◆ **Exercise aim**: Scan the material below for lines with the string "mode". State how many there are and nothing else.

Start of Record extracts

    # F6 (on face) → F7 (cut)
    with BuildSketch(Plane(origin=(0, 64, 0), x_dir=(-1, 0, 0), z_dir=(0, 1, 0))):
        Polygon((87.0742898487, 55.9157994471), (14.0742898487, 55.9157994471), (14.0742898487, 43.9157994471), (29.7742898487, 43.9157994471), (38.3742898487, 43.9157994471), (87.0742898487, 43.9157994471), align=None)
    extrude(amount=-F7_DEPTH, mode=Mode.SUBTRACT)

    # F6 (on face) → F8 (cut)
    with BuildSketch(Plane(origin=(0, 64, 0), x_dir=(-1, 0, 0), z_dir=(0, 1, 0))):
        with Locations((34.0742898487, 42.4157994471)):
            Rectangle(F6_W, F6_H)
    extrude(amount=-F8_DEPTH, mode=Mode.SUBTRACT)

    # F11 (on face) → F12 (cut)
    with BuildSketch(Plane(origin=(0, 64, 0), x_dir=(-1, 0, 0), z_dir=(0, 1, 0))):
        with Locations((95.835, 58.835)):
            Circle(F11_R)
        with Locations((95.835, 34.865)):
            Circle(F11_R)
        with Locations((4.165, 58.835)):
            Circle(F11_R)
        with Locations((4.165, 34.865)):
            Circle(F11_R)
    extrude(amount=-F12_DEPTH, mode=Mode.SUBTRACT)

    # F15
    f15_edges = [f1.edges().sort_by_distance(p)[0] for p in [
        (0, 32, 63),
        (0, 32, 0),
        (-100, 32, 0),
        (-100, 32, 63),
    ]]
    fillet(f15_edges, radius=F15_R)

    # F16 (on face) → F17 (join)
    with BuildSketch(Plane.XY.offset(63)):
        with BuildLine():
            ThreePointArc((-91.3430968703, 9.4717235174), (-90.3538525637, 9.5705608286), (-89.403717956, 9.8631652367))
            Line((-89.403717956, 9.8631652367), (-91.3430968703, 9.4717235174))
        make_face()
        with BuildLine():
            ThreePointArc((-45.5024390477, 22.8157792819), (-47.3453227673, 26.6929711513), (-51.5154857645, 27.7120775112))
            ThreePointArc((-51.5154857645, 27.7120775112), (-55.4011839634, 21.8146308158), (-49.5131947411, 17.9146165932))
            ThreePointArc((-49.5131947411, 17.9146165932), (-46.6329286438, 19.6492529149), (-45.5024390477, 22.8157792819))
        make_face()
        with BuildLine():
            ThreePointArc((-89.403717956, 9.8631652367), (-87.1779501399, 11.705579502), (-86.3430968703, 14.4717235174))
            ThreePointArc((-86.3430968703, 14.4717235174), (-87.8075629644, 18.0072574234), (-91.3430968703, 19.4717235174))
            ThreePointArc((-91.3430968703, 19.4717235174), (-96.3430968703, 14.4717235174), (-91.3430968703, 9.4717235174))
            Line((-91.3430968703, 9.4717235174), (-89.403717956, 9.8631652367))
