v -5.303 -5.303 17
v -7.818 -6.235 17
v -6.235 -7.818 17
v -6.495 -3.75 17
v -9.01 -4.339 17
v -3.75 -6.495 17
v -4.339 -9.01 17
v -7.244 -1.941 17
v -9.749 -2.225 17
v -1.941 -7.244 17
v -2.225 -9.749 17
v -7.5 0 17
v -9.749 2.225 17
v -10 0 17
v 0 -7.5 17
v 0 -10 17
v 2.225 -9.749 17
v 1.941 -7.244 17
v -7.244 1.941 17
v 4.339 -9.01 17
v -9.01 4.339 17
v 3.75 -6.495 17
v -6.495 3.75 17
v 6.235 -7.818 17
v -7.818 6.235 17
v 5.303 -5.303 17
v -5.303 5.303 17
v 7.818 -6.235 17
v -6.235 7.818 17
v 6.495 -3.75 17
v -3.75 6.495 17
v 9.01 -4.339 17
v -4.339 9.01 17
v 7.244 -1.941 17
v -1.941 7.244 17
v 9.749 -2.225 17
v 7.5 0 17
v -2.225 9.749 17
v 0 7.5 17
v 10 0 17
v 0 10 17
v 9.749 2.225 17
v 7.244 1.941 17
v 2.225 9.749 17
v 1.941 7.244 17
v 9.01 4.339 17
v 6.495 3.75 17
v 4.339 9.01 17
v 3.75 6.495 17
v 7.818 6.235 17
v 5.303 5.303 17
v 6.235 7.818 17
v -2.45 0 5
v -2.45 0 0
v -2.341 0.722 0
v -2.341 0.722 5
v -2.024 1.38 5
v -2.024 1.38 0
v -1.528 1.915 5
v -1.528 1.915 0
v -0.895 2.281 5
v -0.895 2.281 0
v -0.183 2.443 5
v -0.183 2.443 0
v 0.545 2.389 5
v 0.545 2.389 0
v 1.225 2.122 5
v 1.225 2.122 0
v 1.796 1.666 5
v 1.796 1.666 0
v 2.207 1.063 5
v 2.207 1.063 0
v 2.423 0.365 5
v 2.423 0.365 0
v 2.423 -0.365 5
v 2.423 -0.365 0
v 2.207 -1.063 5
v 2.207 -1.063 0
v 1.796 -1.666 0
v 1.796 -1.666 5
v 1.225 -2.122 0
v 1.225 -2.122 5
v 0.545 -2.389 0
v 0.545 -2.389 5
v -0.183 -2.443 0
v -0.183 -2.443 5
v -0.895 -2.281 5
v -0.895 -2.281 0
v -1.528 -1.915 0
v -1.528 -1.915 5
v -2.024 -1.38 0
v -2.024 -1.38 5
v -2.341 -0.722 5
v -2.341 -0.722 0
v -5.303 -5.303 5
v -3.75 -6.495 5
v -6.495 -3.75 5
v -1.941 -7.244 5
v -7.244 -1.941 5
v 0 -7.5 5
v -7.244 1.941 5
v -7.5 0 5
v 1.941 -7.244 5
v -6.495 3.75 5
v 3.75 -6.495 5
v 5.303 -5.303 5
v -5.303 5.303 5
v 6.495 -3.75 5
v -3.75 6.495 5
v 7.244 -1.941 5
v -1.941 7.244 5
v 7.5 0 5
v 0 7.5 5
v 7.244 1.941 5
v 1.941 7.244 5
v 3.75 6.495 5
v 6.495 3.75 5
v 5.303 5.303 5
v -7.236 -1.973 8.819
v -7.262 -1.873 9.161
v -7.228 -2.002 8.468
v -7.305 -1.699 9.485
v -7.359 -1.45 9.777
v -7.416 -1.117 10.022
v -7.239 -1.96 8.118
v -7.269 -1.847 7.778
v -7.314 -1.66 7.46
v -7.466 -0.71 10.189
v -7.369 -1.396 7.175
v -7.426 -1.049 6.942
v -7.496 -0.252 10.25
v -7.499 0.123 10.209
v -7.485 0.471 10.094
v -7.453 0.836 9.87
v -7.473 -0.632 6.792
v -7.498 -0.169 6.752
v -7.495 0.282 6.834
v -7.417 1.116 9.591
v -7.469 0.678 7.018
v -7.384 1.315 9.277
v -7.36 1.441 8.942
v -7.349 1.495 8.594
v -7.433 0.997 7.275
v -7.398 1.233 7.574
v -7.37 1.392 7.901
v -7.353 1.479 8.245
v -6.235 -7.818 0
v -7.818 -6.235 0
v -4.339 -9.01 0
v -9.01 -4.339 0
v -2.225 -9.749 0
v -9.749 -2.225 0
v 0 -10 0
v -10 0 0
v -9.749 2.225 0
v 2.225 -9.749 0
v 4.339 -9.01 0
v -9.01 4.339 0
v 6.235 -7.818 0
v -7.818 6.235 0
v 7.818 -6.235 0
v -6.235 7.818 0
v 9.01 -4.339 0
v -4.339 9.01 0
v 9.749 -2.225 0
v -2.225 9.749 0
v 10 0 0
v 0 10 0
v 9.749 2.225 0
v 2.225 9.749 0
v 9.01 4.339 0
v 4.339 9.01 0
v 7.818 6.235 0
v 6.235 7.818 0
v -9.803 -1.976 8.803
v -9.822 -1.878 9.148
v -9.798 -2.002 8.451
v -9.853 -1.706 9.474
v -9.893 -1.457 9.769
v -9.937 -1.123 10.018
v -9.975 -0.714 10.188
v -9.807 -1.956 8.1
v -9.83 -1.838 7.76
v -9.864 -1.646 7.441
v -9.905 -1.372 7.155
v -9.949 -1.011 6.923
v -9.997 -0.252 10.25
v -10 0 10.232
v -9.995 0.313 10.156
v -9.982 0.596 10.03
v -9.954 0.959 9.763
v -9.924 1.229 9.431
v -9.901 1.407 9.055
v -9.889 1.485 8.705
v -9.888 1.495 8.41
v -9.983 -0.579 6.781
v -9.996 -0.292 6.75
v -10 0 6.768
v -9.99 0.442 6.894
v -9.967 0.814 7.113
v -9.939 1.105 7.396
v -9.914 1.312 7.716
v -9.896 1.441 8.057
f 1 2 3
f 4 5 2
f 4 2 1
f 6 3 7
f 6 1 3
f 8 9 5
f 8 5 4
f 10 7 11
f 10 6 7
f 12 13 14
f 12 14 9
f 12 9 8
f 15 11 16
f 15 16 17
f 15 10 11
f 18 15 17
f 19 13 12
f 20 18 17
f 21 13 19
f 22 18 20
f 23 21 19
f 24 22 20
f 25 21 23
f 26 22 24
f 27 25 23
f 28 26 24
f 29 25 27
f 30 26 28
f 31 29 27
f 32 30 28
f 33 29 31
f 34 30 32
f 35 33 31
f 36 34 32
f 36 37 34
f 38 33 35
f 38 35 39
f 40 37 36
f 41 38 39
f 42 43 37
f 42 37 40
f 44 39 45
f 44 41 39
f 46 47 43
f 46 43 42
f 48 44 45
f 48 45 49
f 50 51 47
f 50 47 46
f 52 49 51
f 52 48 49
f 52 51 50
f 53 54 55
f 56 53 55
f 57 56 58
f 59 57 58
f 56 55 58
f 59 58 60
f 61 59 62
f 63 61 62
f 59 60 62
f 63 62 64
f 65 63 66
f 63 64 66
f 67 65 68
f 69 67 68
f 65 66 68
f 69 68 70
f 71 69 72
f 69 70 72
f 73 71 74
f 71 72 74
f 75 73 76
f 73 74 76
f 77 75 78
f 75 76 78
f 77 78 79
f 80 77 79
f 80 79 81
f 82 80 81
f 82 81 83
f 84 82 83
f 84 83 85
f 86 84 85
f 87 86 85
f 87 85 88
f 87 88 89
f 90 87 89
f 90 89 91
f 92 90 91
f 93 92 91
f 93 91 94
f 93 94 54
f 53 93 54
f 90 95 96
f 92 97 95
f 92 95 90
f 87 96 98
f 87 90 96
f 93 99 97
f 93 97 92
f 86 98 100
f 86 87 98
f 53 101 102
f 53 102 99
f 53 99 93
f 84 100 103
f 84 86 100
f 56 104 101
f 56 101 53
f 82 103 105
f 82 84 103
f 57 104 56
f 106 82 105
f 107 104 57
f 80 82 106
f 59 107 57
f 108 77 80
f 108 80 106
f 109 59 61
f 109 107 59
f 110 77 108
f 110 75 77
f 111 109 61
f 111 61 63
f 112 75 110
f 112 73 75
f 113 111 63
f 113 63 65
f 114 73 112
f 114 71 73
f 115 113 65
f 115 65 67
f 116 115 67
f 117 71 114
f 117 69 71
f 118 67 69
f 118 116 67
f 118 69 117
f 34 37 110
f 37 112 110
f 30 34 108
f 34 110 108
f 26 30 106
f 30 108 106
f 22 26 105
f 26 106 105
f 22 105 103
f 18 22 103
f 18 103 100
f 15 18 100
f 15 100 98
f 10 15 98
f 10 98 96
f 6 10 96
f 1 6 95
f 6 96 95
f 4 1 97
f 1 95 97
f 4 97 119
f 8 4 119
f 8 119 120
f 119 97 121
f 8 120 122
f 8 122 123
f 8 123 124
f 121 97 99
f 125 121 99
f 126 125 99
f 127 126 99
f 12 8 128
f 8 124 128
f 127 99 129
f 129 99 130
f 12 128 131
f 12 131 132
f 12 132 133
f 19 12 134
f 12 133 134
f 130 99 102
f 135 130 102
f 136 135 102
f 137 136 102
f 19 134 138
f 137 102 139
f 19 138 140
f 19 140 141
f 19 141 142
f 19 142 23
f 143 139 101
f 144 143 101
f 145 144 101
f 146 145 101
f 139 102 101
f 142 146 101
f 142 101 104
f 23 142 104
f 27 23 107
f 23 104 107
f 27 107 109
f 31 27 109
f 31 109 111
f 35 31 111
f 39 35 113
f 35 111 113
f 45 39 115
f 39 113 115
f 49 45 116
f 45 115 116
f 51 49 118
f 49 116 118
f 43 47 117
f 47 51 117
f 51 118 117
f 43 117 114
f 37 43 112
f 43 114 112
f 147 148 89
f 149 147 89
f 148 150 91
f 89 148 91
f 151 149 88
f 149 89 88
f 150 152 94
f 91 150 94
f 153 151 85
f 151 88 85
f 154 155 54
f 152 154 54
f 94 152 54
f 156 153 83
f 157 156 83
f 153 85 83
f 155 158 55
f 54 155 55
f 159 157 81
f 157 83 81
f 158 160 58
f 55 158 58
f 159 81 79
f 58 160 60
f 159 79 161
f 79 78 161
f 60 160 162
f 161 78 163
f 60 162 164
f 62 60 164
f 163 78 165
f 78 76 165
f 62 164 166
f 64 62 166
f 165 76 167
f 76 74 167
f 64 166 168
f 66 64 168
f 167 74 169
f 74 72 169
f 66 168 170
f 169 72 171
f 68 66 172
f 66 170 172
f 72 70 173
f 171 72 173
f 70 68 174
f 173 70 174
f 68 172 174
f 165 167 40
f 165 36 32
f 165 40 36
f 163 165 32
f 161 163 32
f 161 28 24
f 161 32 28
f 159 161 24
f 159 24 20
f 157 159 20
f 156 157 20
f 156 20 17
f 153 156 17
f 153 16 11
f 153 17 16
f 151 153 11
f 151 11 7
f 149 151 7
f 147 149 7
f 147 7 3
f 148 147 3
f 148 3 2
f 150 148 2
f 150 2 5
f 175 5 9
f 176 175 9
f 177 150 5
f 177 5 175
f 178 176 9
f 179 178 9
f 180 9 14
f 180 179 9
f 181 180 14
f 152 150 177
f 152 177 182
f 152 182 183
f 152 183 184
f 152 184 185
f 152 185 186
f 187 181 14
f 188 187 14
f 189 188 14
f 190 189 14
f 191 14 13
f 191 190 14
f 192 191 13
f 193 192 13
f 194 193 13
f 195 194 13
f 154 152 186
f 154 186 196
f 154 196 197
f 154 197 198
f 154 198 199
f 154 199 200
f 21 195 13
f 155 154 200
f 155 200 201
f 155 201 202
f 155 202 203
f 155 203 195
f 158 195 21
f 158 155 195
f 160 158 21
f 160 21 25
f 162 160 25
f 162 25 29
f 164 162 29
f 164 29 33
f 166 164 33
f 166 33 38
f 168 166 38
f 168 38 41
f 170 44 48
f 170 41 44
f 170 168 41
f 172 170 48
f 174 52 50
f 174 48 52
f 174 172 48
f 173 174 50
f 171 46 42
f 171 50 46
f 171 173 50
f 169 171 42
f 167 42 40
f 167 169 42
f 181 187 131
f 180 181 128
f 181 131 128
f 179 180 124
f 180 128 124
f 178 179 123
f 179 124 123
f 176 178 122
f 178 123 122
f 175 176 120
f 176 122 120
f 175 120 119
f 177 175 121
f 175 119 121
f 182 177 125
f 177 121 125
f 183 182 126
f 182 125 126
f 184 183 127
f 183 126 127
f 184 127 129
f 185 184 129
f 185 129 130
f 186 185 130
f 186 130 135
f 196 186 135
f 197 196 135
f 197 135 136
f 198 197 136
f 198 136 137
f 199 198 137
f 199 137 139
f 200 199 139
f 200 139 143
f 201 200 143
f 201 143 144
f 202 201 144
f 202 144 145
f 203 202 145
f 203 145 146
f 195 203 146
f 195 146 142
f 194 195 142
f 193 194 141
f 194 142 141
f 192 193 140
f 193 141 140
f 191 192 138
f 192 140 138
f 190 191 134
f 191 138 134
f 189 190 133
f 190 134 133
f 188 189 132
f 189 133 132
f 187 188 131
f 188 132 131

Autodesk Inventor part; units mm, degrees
ref_plane "XZ Plane" through (0, 0, 0) normal (0, 1, 0) x (-1, 0, 0)
ref_plane "XY Plane" through (0, 0, 0) normal (0, 0, 1) x (1, 0, 0)
sketch "Skizze1" plane through (0, 0, 0) normal (0, 0, 1) x (1, 0, 0)
  circle A0 centre (0, 0) radius 10
  dimension "d0" = 20
extrude "Extrusion1" add sketch "Skizze1" along normal blind 5
sketch "Skizze2" plane through (0, 0, 5) normal (0, 0, 1) x (1, 0, 0)
  circle A0 centre (0, 0) radius 7.5
  circle A1 centre (0, 0) radius 10
  dimension "d3" = 15
extrude "Extrusion2" add sketch "Skizze2" along normal blind 14
sketch "Skizze3" plane through (0, 0, 0) normal (0, 0, -1) x (-1, 0, 0)
  circle A0 centre (0, 0) radius 2.45
  dimension "d6" = 4.9
extrude "Extrusion3" cut sketch "Skizze3" against normal blind 5
ref_plane "Arbeitsebene1" through (-10, 0, 0) normal (1, 0, 0) x (0, 1, 0)
sketch "Skizze7" plane through (0, 0, 19) normal (0, 0, 1) x (1, 0, 0)
  circle A0 centre (0, 0) radius 7.5
  circle A1 centre (0, 0) radius 10
extrude "Extrusion6" cut sketch "Skizze7" against normal blind 2
sketch "Skizze9" plane through (-10, 0, 0) normal (1, 0, 0) x (0, 1, 0)
  line L0 (-10, 17) -> (10, 17) projected
  line L1 (-0.2525, 8.5) -> (9.7475, 8.5)
  line L2 (-0.2525, 8.5) -> (-10.2525, 8.5)
  point P0 (0, 0)
  dimension "d36" = 8.5
hole "Bohrung3" at (-10, -0.2525, 8.5) direction (1, 0, 0) diameter 3.5 depth 8 tip angle 118
properties part number "2.2 Fuß"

End of Record extracts

◆ **Exercise solution**: 3